Cette maladie, désignée sous le nom de toux de chenil, est une affection respiratoire contagieuse, caractérisée par une toux pouvant durer jusqu'à plusieurs semaines. Ce syndrome est dû à l'action d'un ensemble de micro-organismes (bactéries et virus). On le rencontre essentiellement dans des effectifs où sont rassemblés des chiens de diverses origines, mais parfois chez des animaux isolés, à la suite d'une exposition canine, par exemple. La principale bactérie responsable est Bordetella bronchiseptica. Elle intervient souvent parallèlement à une infection virale. L'état général du chien n'est pas dégradé : l'animal présente, après environ trois jours d'incubation, de la toux ainsi qu'un jetage nasal d'aspect plus ou moins purulent. Différents virus peuvent également être responsables d'une partie des symptômes. Le virus Parainfluenza est susceptible de provoquer une légère inflammation de la région rhinopharyngée, de même qu'une toux durant quelques jours. Ce virus est très contagieux. La maladie est alors transmissible aux chiens de l'entourage. Enfin, des mycoplasmes pourraient majorer l'action des autres micro-organismes, sans pour autant être responsables de l'apparition des symptômes lorsqu'ils agissent seuls.
La forme clinique la plus fréquente de la toux de chenil est une forme simple, caractérisée par une trachéo-bronchite. Cette dernière se traduit par une toux sèche, forte, quinteuse, non productive et persistante. Ces symptômes peuvent disparaître en moins d'une semaine ou persister quelques semaines dans les formes les plus graves. Sont souvent associées à cette toux des inflammations des conjonctives, des sinus, des amygdales et du pharynx. Mais la plupart du temps, l'état général du chien n'est pas affecté.
Plus rarement, des chiens dont les défenses immunitaires sont diminuées sont susceptibles de développer une forme plus grave, se traduisant par l'apparition d'une pneumonie, associée à une atteinte de l'état général (abattement, anorexie, fièvre...). L'évolution est relativement longue sur quelques semaines.
Diagnostic et traitement
Le diagnostic est plus aisé à établir au sein d'un effectif que sur un animal isolé. On pense notamment à un syndrome toux de chenil lorsqu'on est en présence d'une toux contagieuse, correspondant à la description précitée. Le diagnostic de laboratoire peut alors être utilisé dans le but de mettre en évidence les agents responsables, et par là même de pouvoir adapter au mieux le traitement. Il est possible de prélever un échantillon de sécrétions nasales afin d'y rechercher des virus et des bactéries.
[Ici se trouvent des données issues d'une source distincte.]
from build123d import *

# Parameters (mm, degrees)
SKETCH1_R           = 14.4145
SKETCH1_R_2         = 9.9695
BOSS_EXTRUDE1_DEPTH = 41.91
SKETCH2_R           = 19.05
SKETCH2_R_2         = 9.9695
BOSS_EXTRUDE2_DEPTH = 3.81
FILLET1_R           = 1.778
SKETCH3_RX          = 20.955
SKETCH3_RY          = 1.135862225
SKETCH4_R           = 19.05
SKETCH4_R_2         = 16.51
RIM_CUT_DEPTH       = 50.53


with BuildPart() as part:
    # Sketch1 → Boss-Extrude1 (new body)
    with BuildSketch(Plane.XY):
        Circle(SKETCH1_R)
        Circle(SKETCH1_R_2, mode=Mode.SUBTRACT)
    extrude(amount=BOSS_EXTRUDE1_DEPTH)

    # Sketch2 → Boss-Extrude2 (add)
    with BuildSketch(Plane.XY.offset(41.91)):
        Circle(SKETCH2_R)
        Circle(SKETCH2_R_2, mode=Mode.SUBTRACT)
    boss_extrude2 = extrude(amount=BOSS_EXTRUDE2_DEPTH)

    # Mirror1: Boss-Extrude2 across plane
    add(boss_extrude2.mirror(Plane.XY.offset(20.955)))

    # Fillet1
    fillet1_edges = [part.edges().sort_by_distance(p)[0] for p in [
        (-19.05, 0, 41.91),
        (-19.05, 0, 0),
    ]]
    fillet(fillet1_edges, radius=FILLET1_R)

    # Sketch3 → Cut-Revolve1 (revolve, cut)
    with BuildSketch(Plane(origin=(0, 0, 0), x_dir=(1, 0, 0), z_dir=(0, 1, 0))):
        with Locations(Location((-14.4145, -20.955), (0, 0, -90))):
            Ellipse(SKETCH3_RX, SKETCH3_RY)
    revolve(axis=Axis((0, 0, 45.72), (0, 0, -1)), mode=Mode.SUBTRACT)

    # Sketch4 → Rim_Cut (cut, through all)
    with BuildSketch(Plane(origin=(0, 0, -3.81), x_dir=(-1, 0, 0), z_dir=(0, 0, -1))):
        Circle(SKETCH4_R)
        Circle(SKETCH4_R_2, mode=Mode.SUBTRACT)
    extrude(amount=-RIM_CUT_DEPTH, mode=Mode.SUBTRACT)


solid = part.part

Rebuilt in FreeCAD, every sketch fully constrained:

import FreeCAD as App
import Part
import Sketcher

V = App.Vector
Q = App.Units.Quantity


def edges_at(feature, points):
    """Names of the edges that pass closest to the given points."""
    edges = feature.Shape.Edges
    near = lambda p: min(range(len(edges)), key=lambda i: edges[i].distToShape(Part.Vertex(*p))[0])
    return sorted({f"Edge{near(p) + 1}" for p in points})

doc = App.newDocument("Part")
params = doc.addObject("Spreadsheet::Sheet", "Params")
for row, (alias, value) in enumerate([
    ("sketch1_diameter", "1.135 in"),
    ("sketch1_diameter2", "0.785 in"),
    ("pad1_length", "1.65 in"),
    ("sketch2_diameter", "1.5 in"),
    ("sketch2_diameter2", "0.785 in"),
    ("pad2_length", "0.15 in"),
    ("fillet_radius", "0.07 in"),
    ("groove_angle", "360 deg"),
    ("sketch4_diameter", "1.5 in"),
    ("sketch4_diameter2", "1.3 in"),
], start=1):
    params.set(f"A{row}", alias)
    params.set(f"B{row}", "=" + value)
    params.setAlias(f"B{row}", alias)

body = doc.addObject("PartDesign::Body", "Body")

sketch1 = body.newObject("Sketcher::SketchObject", "Sketch")
sketch1.AttachmentSupport = (doc.getObject("XY_Plane"), [""])
sketch1.MapMode = "FlatFace"
sketch1.addGeometry([
    Part.Circle(V(0, 0, 0), V(0, 0, 1), 14),
    Part.Circle(V(0, 0, 0), V(0, 0, 1), 10),
], False)
sketch1.addConstraint([
    Sketcher.Constraint("Coincident", 0, 3, -1, 1),
    Sketcher.Constraint("Coincident", 1, 3, -1, 1),
    Sketcher.Constraint("Diameter", 0, Q("1.135 in")),
    Sketcher.Constraint("Diameter", 1, Q("0.785 in")),
])
sketch1.setExpression("Constraints[2]", "Params.sketch1_diameter")
sketch1.setExpression("Constraints[3]", "Params.sketch1_diameter2")
pad1 = body.newObject("PartDesign::Pad", "Pad")
pad1.Profile = sketch1
pad1.setExpression("Length", "Params.pad1_length")

sketch2 = body.newObject("Sketcher::SketchObject", "Sketch001")
sketch2.AttachmentSupport = (doc.getObject("XY_Plane"), [""])
sketch2.MapMode = "FlatFace"
sketch2.AttachmentOffset = App.Placement(V(0, 0, 1.65 * 25.4), App.Rotation())
sketch2.addGeometry([
    Part.Circle(V(0, 0, 0), V(0, 0, 1), 19),
    Part.Circle(V(0, 0, 0), V(0, 0, 1), 10),
], False)
sketch2.addConstraint([
    Sketcher.Constraint("Coincident", 0, 3, -1, 1),
    Sketcher.Constraint("Coincident", 1, 3, -1, 1),
    Sketcher.Constraint("Diameter", 0, Q("1.5 in")),
    Sketcher.Constraint("Diameter", 1, Q("0.785 in")),
])
sketch2.setExpression("Constraints[2]", "Params.sketch2_diameter")
sketch2.setExpression("Constraints[3]", "Params.sketch2_diameter2")
pad2 = body.newObject("PartDesign::Pad", "Pad001")
pad2.Profile = sketch2
pad2.setExpression("Length", "Params.pad2_length")
doc.recompute()

datumplane = body.newObject("PartDesign::Plane", "DatumPlane")
datumplane.AttachmentSupport = (doc.getObject("XY_Plane"), [""])
datumplane.MapMode = "FlatFace"
datumplane.AttachmentOffset = App.Placement(V(0, 0, 0.825 * 25.4), App.Rotation())
mirrored = body.newObject("PartDesign::Mirrored", "Mirrored")
mirrored.Originals = [pad2]
mirrored.MirrorPlane = (datumplane, [""])
body.Tip = mirrored
doc.recompute()

fillet = body.newObject("PartDesign::Fillet", "Fillet")
fillet.Base = (mirrored, edges_at(mirrored, [(-19.05, 0, 41.91), (-19.05, 0, 0)]))
fillet.setExpression("Radius", "Params.fillet_radius")

sketch3 = body.newObject("Sketcher::SketchObject", "Sketch002")
sketch3.AttachmentSupport = (doc.getObject("XZ_Plane"), [""])
sketch3.MapMode = "FlatFace"
sketch3.addGeometry(Part.Ellipse(V(-14.4145, 41.91, 0), V(-15.550362, 20.955, 0), V(-14.4145, 20.955, 0)), False)
sketch3.addConstraint(Sketcher.Constraint("Block", 0))
groove = body.newObject("PartDesign::Groove", "Groove")
groove.Profile = sketch3
groove.ReferenceAxis = (sketch3, ["V_Axis"])
groove.setExpression("Angle", "Params.groove_angle")

sketch4 = body.newObject("Sketcher::SketchObject", "Sketch003")
sketch4.AttachmentSupport = (doc.getObject("XY_Plane"), [""])
sketch4.MapMode = "FlatFace"
sketch4.AttachmentOffset = App.Placement(V(0, 0, -0.15 * 25.4), App.Rotation())
sketch4.addGeometry([
    Part.Circle(V(0, 0, 0), V(0, 0, 1), 19),
    Part.Circle(V(0, 0, 0), V(0, 0, 1), 17),
], False)
sketch4.addConstraint([
    Sketcher.Constraint("Coincident", 0, 3, -1, 1),
    Sketcher.Constraint("Coincident", 1, 3, -1, 1),
    Sketcher.Constraint("Diameter", 0, Q("1.5 in")),
    Sketcher.Constraint("Diameter", 1, Q("1.3 in")),
])
sketch4.setExpression("Constraints[2]", "Params.sketch4_diameter")
sketch4.setExpression("Constraints[3]", "Params.sketch4_diameter2")
pocket1 = body.newObject("PartDesign::Pocket", "Pocket")
pocket1.Profile = sketch4
pocket1.Type = "ThroughAll"
pocket1.Reversed = True

doc.recompute()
Par contre, lorsque l'on rencontre un cas isolé, il faut rechercher la présence éventuelle d'autres affections susceptibles d'entraîner les mêmes symptômes, avant de conclure à un syndrome toux de chenil.
Le recours aux examens de laboratoire n'a alors qu'un intérêt limité pour la mise en oeuvre d'un traitement. Le traitement médical fait appel à une antibiothérapie sous forme d'aérosols, seule efficace. Si l'on agit moins de 48 heures après l'apparition des premiers symptômes, on peut envisager l'injection de sérums dirigés contre les principaux agents responsables du syndrome. Pour améliorer le confort du chien, on fait également appel aux antitussifs. La mise en place de mesures prophylactiques limite le risque d'apparition de ce syndrome. L'organisation des locaux joue d'ailleurs un grand rôle dans ce domaine ; les chiens doivent disposer d'une aire extérieure et d'un local dont la température est globalement constante. La désinfection des locaux doit en outre être facile. Les mesures de quarantaine permettent de surveiller l'état de santé des animaux que l'on souhaite introduire au sein de l'effectif, et il est envisageable d'instaurer des mesures vaccinales. Différents vaccins existent, mais leur efficacité est relativement variable.